When you reach the line containing "e11 v2 v10 LINE" in the records below, start copying exactly, and stop once you have copied the line containing "e16 v12 v12".

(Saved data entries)
--- --- ---

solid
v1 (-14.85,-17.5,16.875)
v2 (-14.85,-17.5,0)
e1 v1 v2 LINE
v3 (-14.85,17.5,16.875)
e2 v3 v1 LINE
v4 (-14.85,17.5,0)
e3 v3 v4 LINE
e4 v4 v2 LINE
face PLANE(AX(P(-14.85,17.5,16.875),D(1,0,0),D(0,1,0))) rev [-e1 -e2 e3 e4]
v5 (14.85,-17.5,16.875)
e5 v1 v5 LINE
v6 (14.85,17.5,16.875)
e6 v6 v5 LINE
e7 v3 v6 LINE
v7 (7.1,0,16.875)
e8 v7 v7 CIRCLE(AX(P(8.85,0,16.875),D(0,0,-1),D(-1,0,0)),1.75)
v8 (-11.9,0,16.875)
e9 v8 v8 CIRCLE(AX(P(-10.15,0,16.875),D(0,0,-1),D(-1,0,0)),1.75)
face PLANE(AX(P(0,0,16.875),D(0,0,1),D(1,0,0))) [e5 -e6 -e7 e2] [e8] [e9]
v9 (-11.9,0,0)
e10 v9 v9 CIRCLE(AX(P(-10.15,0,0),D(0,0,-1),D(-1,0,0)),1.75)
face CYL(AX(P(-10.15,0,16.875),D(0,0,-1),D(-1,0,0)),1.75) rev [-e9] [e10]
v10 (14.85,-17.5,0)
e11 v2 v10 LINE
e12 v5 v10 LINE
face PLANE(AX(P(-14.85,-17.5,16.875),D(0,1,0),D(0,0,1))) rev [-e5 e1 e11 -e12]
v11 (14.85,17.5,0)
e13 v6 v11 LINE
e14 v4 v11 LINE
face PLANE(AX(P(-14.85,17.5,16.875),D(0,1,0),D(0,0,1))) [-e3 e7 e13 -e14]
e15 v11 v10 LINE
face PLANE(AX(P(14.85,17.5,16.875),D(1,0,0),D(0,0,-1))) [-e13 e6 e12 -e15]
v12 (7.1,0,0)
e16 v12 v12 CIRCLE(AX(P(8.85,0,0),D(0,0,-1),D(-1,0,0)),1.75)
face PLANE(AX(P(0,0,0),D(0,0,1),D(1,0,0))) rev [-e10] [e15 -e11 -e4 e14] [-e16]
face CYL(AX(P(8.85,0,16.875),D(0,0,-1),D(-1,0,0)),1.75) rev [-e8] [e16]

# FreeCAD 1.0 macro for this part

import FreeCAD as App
import Part
import Sketcher


def add_polygon(sketch, points):
    """Adds a closed chain of lines whose ends are joined by coincident constraints."""
    first, n = sketch.GeometryCount, len(points)
    for a, b in zip(points, points[1:] + points[:1]):
        sketch.addGeometry(Part.LineSegment(App.Vector(*a, 0), App.Vector(*b, 0)), False)
    for i in range(n):
        sketch.addConstraint(Sketcher.Constraint("Coincident", first + i, 2, first + (i + 1) % n, 1))

doc = App.newDocument("Part")
body = doc.addObject("PartDesign::Body", "Body")

# Sketch on XY plane
sketch1 = doc.addObject("Sketcher::SketchObject", "Sketch")
body.addObject(sketch1)
sketch1.AttachmentSupport = (doc.XY_Plane, [""])
sketch1.MapMode = "FlatFace"
add_polygon(sketch1, [(-15, 18), (-15, -18), (15, -18), (15, 18)])  # lines 0-3
sketch1.addConstraint([
    Sketcher.Constraint("Vertical", 0),
    Sketcher.Constraint("Horizontal", 1),
    Sketcher.Constraint("Vertical", 2),
    Sketcher.Constraint("Horizontal", 3),
    Sketcher.Constraint("Symmetric", 0, 2, 2, 2, -1, 1),
    Sketcher.Constraint("DistanceY", 0, 2, 0, 1, 35.0),
    Sketcher.Constraint("DistanceX", 1, 1, 1, 2, 29.7),
])
pad1 = doc.addObject("PartDesign::Pad", "Pad")
body.addObject(pad1)
pad1.Profile = sketch1
pad1.Length = 16.875

# Sketch on XY plane
sketch2 = doc.addObject("Sketcher::SketchObject", "Sketch001")
body.addObject(sketch2)
sketch2.AttachmentSupport = (doc.XY_Plane, [""])
sketch2.MapMode = "FlatFace"
sketch2.addGeometry([
    Part.Circle(App.Vector(8.8, 0, 0), App.Vector(0, 0, 1), 1.8),
    Part.Circle(App.Vector(-10.2, 0, 0), App.Vector(0, 0, 1), 1.8),
], False)
sketch2.addConstraint([
    Sketcher.Constraint("Equal", 0, 1),
    Sketcher.Constraint("PointOnObject", 0, 3, -1),
    Sketcher.Constraint("PointOnObject", 1, 3, -1),
    Sketcher.Constraint("Diameter", 0, 3.5),
    Sketcher.Constraint("DistanceX", 1, 3, 0, 3, 19.0),
    Sketcher.Constraint("DistanceX", -1, 1, 0, 3, 8.85),
])
pocket1 = doc.addObject("PartDesign::Pocket", "Pocket")
body.addObject(pocket1)
pocket1.Profile = sketch2
pocket1.Length = 16.875
pocket1.Reversed = True

doc.recompute()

--- --- ---

# RESPONSE
e11 v2 v10 LINE
e12 v5 v10 LINE
face PLANE(AX(P(-14.85,-17.5,16.875),D(0,1,0),D(0,0,1))) rev [-e5 e1 e11 -e12]
v11 (14.85,17.5,0)
e13 v6 v11 LINE
e14 v4 v11 LINE
face PLANE(AX(P(-14.85,17.5,16.875),D(0,1,0),D(0,0,1))) [-e3 e7 e13 -e14]
e15 v11 v10 LINE
face PLANE(AX(P(14.85,17.5,16.875),D(1,0,0),D(0,0,-1))) [-e13 e6 e12 -e15]
v12 (7.1,0,0)
e16 v12 v12 CIRCLE(AX(P(8.85,0,0),D(0,0,-1),D(-1,0,0)),1.75)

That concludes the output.